1.KARL MARX, IL CAPITALE. CRITICA DELL’ECONOMIA POLITICA, EINAUDI TORINO, 1975, LIBRO PRIMO, pp. 879-934.

 

Capitolo ventiquattresimo. La cosiddetta accumulazione originaria

 

L’arcano dell’accumulazione originaria

 

Abbiamo visto come il denaro viene trasformato in capitale, come col capitale si fa il plusvalore, e come dal plusvalore si trae più capitale. Ma l’accumulazione del capitale presuppone il plusvalore, e il plusvalore presuppone la produzione capitalistica, e questa presuppone a sua volta la presenza di massa di capitale e di forza lavoro di una considerevole entità in mano ai produttori di merci. Tutto questo movimento sembra dunque aggirarsi in un circolo vizioso dal quale riusciamo ad uscire soltanto supponendo un’accumulazione <<originaria>> […] precedente l’accumulazione capitalistica: una accumulazione che non è il risultato, ma il punto di partenza del modo di produzione capitalistico.

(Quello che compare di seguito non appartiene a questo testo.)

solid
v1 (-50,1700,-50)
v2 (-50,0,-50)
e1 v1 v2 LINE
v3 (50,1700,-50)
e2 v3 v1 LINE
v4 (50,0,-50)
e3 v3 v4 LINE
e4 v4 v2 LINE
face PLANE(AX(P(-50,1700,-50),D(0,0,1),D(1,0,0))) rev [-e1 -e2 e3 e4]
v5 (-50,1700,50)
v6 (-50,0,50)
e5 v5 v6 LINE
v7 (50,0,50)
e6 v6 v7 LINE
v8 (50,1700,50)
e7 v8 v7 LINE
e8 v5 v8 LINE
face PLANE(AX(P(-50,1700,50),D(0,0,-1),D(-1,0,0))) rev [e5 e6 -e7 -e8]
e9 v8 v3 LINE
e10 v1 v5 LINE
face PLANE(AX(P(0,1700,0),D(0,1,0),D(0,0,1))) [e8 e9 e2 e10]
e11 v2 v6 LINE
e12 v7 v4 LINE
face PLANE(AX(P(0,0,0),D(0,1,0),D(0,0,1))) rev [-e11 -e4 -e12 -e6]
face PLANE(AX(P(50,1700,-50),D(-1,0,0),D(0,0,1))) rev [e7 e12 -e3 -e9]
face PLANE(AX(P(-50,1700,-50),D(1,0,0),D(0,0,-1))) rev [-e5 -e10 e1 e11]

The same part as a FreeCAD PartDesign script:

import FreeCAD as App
import Part
import Sketcher
from FreeCAD import Vector
Q = App.Units.Quantity

doc = App.newDocument("Part")
body = doc.addObject("PartDesign::Body", "Body")

# Sketch on XZ plane
sketch1 = body.newObject("Sketcher::SketchObject", "Sketch")
sketch1.AttachmentSupport = (doc.getObject("XZ_Plane"), [""])
sketch1.MapMode = "FlatFace"
sketch1.addGeometry([
    Part.LineSegment(Vector(-50, -50, 0), Vector(-50, 50, 0)),
    Part.LineSegment(Vector(-50, 50, 0), Vector(50, 50, 0)),
    Part.LineSegment(Vector(50, 50, 0), Vector(50, -50, 0)),
    Part.LineSegment(Vector(50, -50, 0), Vector(-50, -50, 0)),
], False)
sketch1.addConstraint([
    Sketcher.Constraint("Coincident", 0, 2, 1, 1),
    Sketcher.Constraint("Coincident", 1, 2, 2, 1),
    Sketcher.Constraint("Coincident", 2, 2, 3, 1),
    Sketcher.Constraint("Coincident", 3, 2, 0, 1),
    Sketcher.Constraint("Vertical", 0),
    Sketcher.Constraint("Horizontal", 1),
    Sketcher.Constraint("Vertical", 2),
    Sketcher.Constraint("Horizontal", 3),
    Sketcher.Constraint("Symmetric", 0, 2, 2, 2, -1, 1),
    Sketcher.Constraint("Equal", 3, 0),
    Sketcher.Constraint("DistanceX", 1, 1, 1, 2, Q("100 mm")),
])
pad1 = body.newObject("PartDesign::Pad", "Pad")
pad1.Profile = sketch1
pad1.Length = 1700
pad1.Reversed = True

doc.recompute()
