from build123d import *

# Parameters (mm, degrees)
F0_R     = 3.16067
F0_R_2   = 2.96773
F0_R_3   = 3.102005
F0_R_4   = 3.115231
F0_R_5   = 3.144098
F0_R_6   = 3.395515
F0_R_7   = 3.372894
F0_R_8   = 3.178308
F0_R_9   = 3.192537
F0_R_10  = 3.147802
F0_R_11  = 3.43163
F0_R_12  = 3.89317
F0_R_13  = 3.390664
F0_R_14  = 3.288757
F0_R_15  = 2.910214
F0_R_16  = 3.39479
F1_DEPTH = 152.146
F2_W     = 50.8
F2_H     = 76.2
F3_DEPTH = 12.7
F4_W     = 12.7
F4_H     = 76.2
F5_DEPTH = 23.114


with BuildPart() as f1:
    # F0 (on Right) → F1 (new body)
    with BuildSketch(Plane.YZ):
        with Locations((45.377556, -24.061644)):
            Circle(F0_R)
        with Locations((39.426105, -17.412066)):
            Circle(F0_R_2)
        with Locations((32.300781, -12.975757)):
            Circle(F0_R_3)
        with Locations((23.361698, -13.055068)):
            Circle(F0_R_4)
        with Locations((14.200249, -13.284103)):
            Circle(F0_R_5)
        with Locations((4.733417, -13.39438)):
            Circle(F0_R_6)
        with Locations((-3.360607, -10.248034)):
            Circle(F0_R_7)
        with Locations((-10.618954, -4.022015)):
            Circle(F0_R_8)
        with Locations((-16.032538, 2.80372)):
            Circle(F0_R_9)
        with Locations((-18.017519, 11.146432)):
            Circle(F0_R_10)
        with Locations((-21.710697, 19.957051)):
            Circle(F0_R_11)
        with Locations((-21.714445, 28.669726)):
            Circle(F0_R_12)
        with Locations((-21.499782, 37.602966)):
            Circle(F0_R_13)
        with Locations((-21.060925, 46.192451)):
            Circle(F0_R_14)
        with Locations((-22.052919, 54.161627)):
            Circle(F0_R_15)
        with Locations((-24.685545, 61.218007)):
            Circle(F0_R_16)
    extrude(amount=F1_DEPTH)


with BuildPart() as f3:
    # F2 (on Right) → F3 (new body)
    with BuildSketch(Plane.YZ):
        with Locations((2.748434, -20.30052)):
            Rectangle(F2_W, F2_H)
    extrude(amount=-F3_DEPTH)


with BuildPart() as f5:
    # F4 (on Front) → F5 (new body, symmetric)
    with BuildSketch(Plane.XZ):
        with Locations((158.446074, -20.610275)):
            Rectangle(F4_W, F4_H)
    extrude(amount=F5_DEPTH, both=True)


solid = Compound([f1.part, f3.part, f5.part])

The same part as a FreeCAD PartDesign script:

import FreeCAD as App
import Part
import Sketcher

V = App.Vector
Q = App.Units.Quantity

doc = App.newDocument("Part")
body = doc.addObject("PartDesign::Body", "Body")
body.AllowCompound = True

# Sketch on YZ plane
sketch1 = doc.addObject("Sketcher::SketchObject", "Sketch")
body.addObject(sketch1)
sketch1.AttachmentSupport = (doc.YZ_Plane, [""])
sketch1.MapMode = "FlatFace"
sketch1.addGeometry([
    Part.Circle(V(45.377556, -24.061644, 0), V(0, 0, 1), 3.16067),  # 0
    Part.Circle(V(39.426105, -17.412066, 0), V(0, 0, 1), 2.96773),  # 1
    Part.Circle(V(32.300781, -12.975757, 0), V(0, 0, 1), 3.102005),  # 2
    Part.Circle(V(23.361698, -13.055068, 0), V(0, 0, 1), 3.115231),  # 3
    Part.Circle(V(14.200249, -13.284103, 0), V(0, 0, 1), 3.144098),  # 4
    Part.Circle(V(4.733417, -13.39438, 0), V(0, 0, 1), 3.395515),  # 5
    Part.Circle(V(-3.360607, -10.248034, 0), V(0, 0, 1), 3.372894),  # 6
    Part.Circle(V(-10.618954, -4.022015, 0), V(0, 0, 1), 3.178308),  # 7
    Part.Circle(V(-16.032538, 2.80372, 0), V(0, 0, 1), 3.192537),  # 8
    Part.Circle(V(-18.017519, 11.146432, 0), V(0, 0, 1), 3.147802),  # 9
    Part.Circle(V(-21.710697, 19.957051, 0), V(0, 0, 1), 3.43163),  # 10
    Part.Circle(V(-21.714445, 28.669726, 0), V(0, 0, 1), 3.89317),  # 11
    Part.Circle(V(-21.499782, 37.602966, 0), V(0, 0, 1), 3.390664),  # 12
    Part.Circle(V(-21.060925, 46.192451, 0), V(0, 0, 1), 3.288757),  # 13
    Part.Circle(V(-22.052919, 54.161627, 0), V(0, 0, 1), 2.910214),  # 14
    Part.Circle(V(-24.685545, 61.218007, 0), V(0, 0, 1), 3.39479),  # 15
], False)
sketch1.addConstraint([
    Sketcher.Constraint("Diameter", 0, Q("6.32134 mm")),
    Sketcher.Constraint("Diameter", 1, Q("5.93546 mm")),
    Sketcher.Constraint("Diameter", 2, Q("6.20401 mm")),
    Sketcher.Constraint("Diameter", 5, Q("6.79103 mm")),
    Sketcher.Constraint("Diameter", 10, Q("6.86326 mm")),
    Sketcher.Constraint("Diameter", 11, Q("7.78634 mm")),
    Sketcher.Constraint("Diameter", 12, Q("6.781328 mm")),
    Sketcher.Constraint("Diameter", 15, Q("6.78958 mm")),
    Sketcher.Constraint("Diameter", 3, Q("6.230462 mm")),
    Sketcher.Constraint("Diameter", 4, Q("6.288196 mm")),
    Sketcher.Constraint("Diameter", 6, Q("6.745788 mm")),
    Sketcher.Constraint("Diameter", 7, Q("6.356616 mm")),
    Sketcher.Constraint("Diameter", 8, Q("6.385074 mm")),
    Sketcher.Constraint("Diameter", 9, Q("6.295604 mm")),
    Sketcher.Constraint("Diameter", 13, Q("6.577514 mm")),
    Sketcher.Constraint("Diameter", 14, Q("5.820428 mm")),
    Sketcher.Constraint("DistanceX", -1, 1, 3, 3, Q("23.361698 mm")),
    Sketcher.Constraint("DistanceY", 5, 3, 8, 3, Q("16.1981 mm")),
    Sketcher.Constraint("DistanceY", 10, 3, 13, 3, Q("26.2354 mm")),
    Sketcher.Constraint("DistanceY", 11, 3, 14, 3, Q("25.491901 mm")),
    Sketcher.Constraint("DistanceX", 14, 3, 9, 3, Q("4.0354 mm")),
    Sketcher.Constraint("DistanceX", 15, 3, 11, 3, Q("2.9711 mm")),
    Sketcher.Constraint("DistanceX", -1, 1, 2, 3, Q("32.300781 mm")),
    Sketcher.Constraint("DistanceX", -1, 1, 4, 3, Q("14.200249 mm")),
    Sketcher.Constraint("DistanceY", 5, 3, -1, 1, Q("13.39438 mm")),
    Sketcher.Constraint("DistanceX", 9, 3, -1, 1, Q("18.017519 mm")),
    Sketcher.Constraint("DistanceY", -1, 1, 10, 3, Q("19.957051 mm")),
    Sketcher.Constraint("DistanceX", 12, 3, -1, 1, Q("21.499782 mm")),
    Sketcher.Constraint("DistanceX", 1, 3, 0, 3, Q("5.951451 mm")),
    Sketcher.Constraint("DistanceY", 0, 3, 1, 3, Q("6.649578 mm")),
    Sketcher.Constraint("DistanceY", 1, 3, 2, 3, Q("4.436309 mm")),
    Sketcher.Constraint("DistanceY", 3, 3, 2, 3, Q("0.079311 mm")),
    Sketcher.Constraint("DistanceY", 0, 3, 4, 3, Q("10.777541 mm")),
    Sketcher.Constraint("DistanceX", 5, 3, 3, 3, Q("18.628281 mm")),
    Sketcher.Constraint("DistanceY", 5, 3, 3, 3, Q("0.339312 mm")),
    Sketcher.Constraint("DistanceX", 5, 3, 0, 3, Q("40.644139 mm")),
    Sketcher.Constraint("DistanceY", 4, 3, 6, 3, Q("3.036069 mm")),
    Sketcher.Constraint("DistanceX", 6, 3, 2, 3, Q("35.661388 mm")),
    Sketcher.Constraint("DistanceY", 6, 3, 7, 3, Q("6.226019 mm")),
    Sketcher.Constraint("DistanceX", 7, 3, 5, 3, Q("15.352371 mm")),
    Sketcher.Constraint("DistanceX", 8, 3, 6, 3, Q("12.671931 mm")),
    Sketcher.Constraint("DistanceY", 9, 3, 10, 3, Q("8.810619 mm")),
    Sketcher.Constraint("DistanceX", 10, 3, 8, 3, Q("5.678159 mm")),
    Sketcher.Constraint("DistanceX", 11, 3, 10, 3, Q("0.003748 mm")),
    Sketcher.Constraint("DistanceY", 7, 3, 11, 3, Q("32.691741 mm")),
    Sketcher.Constraint("DistanceY", 11, 3, 12, 3, Q("8.93324 mm")),
    Sketcher.Constraint("DistanceX", 11, 3, 13, 3, Q("0.65352 mm")),
    Sketcher.Constraint("DistanceY", 14, 3, 15, 3, Q("7.05638 mm")),
])
pad1 = doc.addObject("PartDesign::Pad", "Pad")
body.addObject(pad1)
pad1.Profile = sketch1
pad1.Length = Q("5.99 in")
body2 = doc.addObject("PartDesign::Body", "Body001")

# Sketch on YZ plane
sketch2 = doc.addObject("Sketcher::SketchObject", "Sketch001")
body2.addObject(sketch2)
sketch2.AttachmentSupport = (doc.getObject("YZ_Plane001"), [""])
sketch2.MapMode = "FlatFace"
sketch2.addGeometry([
    Part.LineSegment(V(-22.651566, 17.79948, 0), V(-22.651566, -58.40052, 0)),
    Part.LineSegment(V(-22.651566, -58.40052, 0), V(28.148434, -58.40052, 0)),
    Part.LineSegment(V(28.148434, -58.40052, 0), V(28.148434, 17.79948, 0)),
    Part.LineSegment(V(28.148434, 17.79948, 0), V(-22.651566, 17.79948, 0)),
], False)
sketch2.addConstraint([
    Sketcher.Constraint("Coincident", 0, 2, 1, 1),
    Sketcher.Constraint("Coincident", 1, 2, 2, 1),
    Sketcher.Constraint("Coincident", 2, 2, 3, 1),
    Sketcher.Constraint("Coincident", 3, 2, 0, 1),
    Sketcher.Constraint("Vertical", 0),
    Sketcher.Constraint("Horizontal", 1),
    Sketcher.Constraint("Vertical", 2),
    Sketcher.Constraint("Horizontal", 3),
    Sketcher.Constraint("DistanceX", 1, 1, 1, 2, Q("2 in")),
    Sketcher.Constraint("DistanceY", 0, 2, 0, 1, Q("3 in")),
    Sketcher.Constraint("DistanceY", 0, 2, -1, 1, Q("58.40052 mm")),
    Sketcher.Constraint("DistanceX", 0, 2, -1, 1, Q("22.651566 mm")),
])
pad2 = doc.addObject("PartDesign::Pad", "Pad001")
body2.addObject(pad2)
pad2.Profile = sketch2
pad2.Length = Q("0.5 in")
pad2.Reversed = True
body3 = doc.addObject("PartDesign::Body", "Body002")

# Sketch on XZ plane
sketch3 = doc.addObject("Sketcher::SketchObject", "Sketch002")
body3.addObject(sketch3)
sketch3.AttachmentSupport = (doc.getObject("XZ_Plane002"), [""])
sketch3.MapMode = "FlatFace"
sketch3.addGeometry([
    Part.LineSegment(V(152.096074, 17.489725, 0), V(152.096074, -58.710275, 0)),
    Part.LineSegment(V(152.096074, -58.710275, 0), V(164.796074, -58.710275, 0)),
    Part.LineSegment(V(164.796074, -58.710275, 0), V(164.796074, 17.489725, 0)),
    Part.LineSegment(V(164.796074, 17.489725, 0), V(152.096074, 17.489725, 0)),
], False)
sketch3.addConstraint([
    Sketcher.Constraint("Coincident", 0, 2, 1, 1),
    Sketcher.Constraint("Coincident", 1, 2, 2, 1),
    Sketcher.Constraint("Coincident", 2, 2, 3, 1),
    Sketcher.Constraint("Coincident", 3, 2, 0, 1),
    Sketcher.Constraint("Vertical", 0),
    Sketcher.Constraint("Horizontal", 1),
    Sketcher.Constraint("Vertical", 2),
    Sketcher.Constraint("Horizontal", 3),
    Sketcher.Constraint("DistanceY", 0, 2, 0, 1, Q("3 in")),
    Sketcher.Constraint("DistanceX", 1, 1, 1, 2, Q("0.5 in")),
    Sketcher.Constraint("DistanceX", -1, 1, 0, 2, Q("152.096074 mm")),
    Sketcher.Constraint("DistanceY", 0, 2, -1, 1, Q("58.710275 mm")),
])
pad3 = doc.addObject("PartDesign::Pad", "Pad002")
body3.addObject(pad3)
pad3.Profile = sketch3
pad3.Length = Q("1.82 in")
pad3.Midplane = True

doc.recompute()
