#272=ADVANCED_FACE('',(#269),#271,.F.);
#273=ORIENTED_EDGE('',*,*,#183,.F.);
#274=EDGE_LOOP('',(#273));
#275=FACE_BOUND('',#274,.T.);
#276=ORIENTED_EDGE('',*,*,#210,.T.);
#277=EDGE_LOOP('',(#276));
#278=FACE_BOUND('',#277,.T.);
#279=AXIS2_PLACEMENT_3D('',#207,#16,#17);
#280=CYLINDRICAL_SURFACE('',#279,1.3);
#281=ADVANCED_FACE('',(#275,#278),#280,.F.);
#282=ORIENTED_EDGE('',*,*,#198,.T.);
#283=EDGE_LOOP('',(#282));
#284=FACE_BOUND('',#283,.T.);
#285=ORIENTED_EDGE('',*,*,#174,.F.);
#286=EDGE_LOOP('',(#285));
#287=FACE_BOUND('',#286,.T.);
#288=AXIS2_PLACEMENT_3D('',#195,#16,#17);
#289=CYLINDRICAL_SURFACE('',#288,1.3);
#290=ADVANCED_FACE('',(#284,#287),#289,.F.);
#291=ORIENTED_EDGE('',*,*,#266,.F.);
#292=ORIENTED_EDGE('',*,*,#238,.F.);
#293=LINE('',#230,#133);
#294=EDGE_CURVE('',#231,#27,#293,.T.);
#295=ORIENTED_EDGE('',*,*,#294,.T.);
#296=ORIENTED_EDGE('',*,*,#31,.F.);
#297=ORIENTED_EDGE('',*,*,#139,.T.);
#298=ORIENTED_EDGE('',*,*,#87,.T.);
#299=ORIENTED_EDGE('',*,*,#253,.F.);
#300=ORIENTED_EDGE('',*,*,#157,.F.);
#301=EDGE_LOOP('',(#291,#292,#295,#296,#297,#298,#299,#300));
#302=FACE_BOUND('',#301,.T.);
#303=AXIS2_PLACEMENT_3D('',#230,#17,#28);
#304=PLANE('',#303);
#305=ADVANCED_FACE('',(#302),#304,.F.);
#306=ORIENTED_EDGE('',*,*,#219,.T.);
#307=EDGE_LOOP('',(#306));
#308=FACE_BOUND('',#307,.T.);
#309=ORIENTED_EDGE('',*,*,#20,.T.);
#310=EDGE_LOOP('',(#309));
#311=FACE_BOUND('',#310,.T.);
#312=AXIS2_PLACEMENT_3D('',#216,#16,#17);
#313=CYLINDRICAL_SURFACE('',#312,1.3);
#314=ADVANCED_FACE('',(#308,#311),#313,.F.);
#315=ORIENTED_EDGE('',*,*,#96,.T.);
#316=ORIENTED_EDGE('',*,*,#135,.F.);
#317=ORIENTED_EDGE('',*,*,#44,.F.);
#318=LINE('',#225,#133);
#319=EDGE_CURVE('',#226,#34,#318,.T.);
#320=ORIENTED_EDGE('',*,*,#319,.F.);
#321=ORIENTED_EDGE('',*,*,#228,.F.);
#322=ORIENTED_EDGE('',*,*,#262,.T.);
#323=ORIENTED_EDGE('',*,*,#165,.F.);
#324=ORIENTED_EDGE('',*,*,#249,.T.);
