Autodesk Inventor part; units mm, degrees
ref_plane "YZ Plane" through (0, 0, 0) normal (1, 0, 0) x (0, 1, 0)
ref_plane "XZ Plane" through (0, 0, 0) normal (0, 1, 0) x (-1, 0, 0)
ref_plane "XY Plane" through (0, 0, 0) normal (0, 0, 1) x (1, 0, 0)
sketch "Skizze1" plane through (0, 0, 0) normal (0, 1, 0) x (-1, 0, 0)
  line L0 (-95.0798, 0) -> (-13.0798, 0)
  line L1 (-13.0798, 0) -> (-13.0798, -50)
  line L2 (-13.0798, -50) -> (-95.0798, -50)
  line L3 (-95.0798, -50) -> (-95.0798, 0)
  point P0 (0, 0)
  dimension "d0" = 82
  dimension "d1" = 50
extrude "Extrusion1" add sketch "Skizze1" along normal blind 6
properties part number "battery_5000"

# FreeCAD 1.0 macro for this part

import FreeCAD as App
import Part
import Sketcher
from FreeCAD import Vector


def add_polygon(sketch, points):
    """Adds a closed chain of lines whose ends are joined by coincident constraints."""
    first, n = sketch.GeometryCount, len(points)
    for a, b in zip(points, points[1:] + points[:1]):
        sketch.addGeometry(Part.LineSegment(App.Vector(*a, 0), App.Vector(*b, 0)), False)
    for i in range(n):
        sketch.addConstraint(Sketcher.Constraint("Coincident", first + i, 2, first + (i + 1) % n, 1))

doc = App.newDocument("Part")
body = doc.addObject("PartDesign::Body", "Body")

# Sketch on XZ plane
sketch1 = body.newObject("Sketcher::SketchObject", "Sketch")
sketch1.AttachmentSupport = (doc.getObject("XZ_Plane"), [""])
sketch1.MapMode = "FlatFace"
add_polygon(sketch1, [(13, 0), (95, 0), (95, -50), (13, -50)])  # lines 0-3
sketch1.addConstraint(Sketcher.Constraint("Horizontal", 0))
sketch1.addConstraint(Sketcher.Constraint("Vertical", 1))
sketch1.addConstraint(Sketcher.Constraint("Horizontal", 2))
sketch1.addConstraint(Sketcher.Constraint("Vertical", 3))
sketch1.addConstraint(Sketcher.Constraint("PointOnObject", 0, 2, -1))
sketch1.addConstraint(Sketcher.Constraint("DistanceX", 0, 1, 0, 2, 82.0))
sketch1.addConstraint(Sketcher.Constraint("DistanceY", 1, 2, 1, 1, 50.0))
sketch1.addConstraint(Sketcher.Constraint("DistanceX", -1, 1, 0, 2, 95.0798))
pad1 = body.newObject("PartDesign::Pad", "Pad")
pad1.Profile = sketch1
pad1.Length = 6
pad1.Reversed = True

doc.recompute()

Nell’economia politica quest’accumulazione originaria fa all’incirca la stessa parte del peccato originale nella teologia: Adamo dette un morso alla mela e con ciò il peccato colpì il genere umano. Se ne spiega l’origine raccomandandola come aneddoto del passato. C’era una volta, in una età da lungo tempo trascorso, da una parte una élite diligente, intelligente e soprattutto risparmiatrice, e dall’altra c’erano degli sciagurati oziosi che sperperavano tutto il proprio e anche più. Però la leggenda del peccato originale teologico ci racconta come l’uomo sia stato condannato a mangiare il suo pane nel sudore della fronte; invece la storia del peccato originale economico ci rivela come mai vi sia della gente che non ha affatto bisogno di faticare. Fa lo stesso! Così è avvenuto che i primi hanno accumulato ricchezza e che gli altri non hanno avuto all’ultimo altro da vendere che la propria pelle. E da questo peccato originale data la povertà della gran massa che, ancor sempre, non ha altro da vendere fuorché se stessa, nonostante tutto il suo lavoro, e la ricchezza dei pochi che accresce continuamente, benché da gran tempo essi abbiano cessato di lavorare. […] Nella storia reale la parte importante è rappresentata, come è noto, dalla conquista, dal soggiogamento, dall’assassinio e dalla rapina, in breve dalla violenza. Nella mite economia politica ha regnato da sempre l’idillio. Diritto e <<lavoro>> sono stati da sempre gli unici mezzi d’arricchimento, facendosi eccezione, come è ovvio, volta per volta, per <<questo anno>>. Di fatto i metodi dell’accumulazione originaria sono tutto quel che si vuole fuorché idilliaci.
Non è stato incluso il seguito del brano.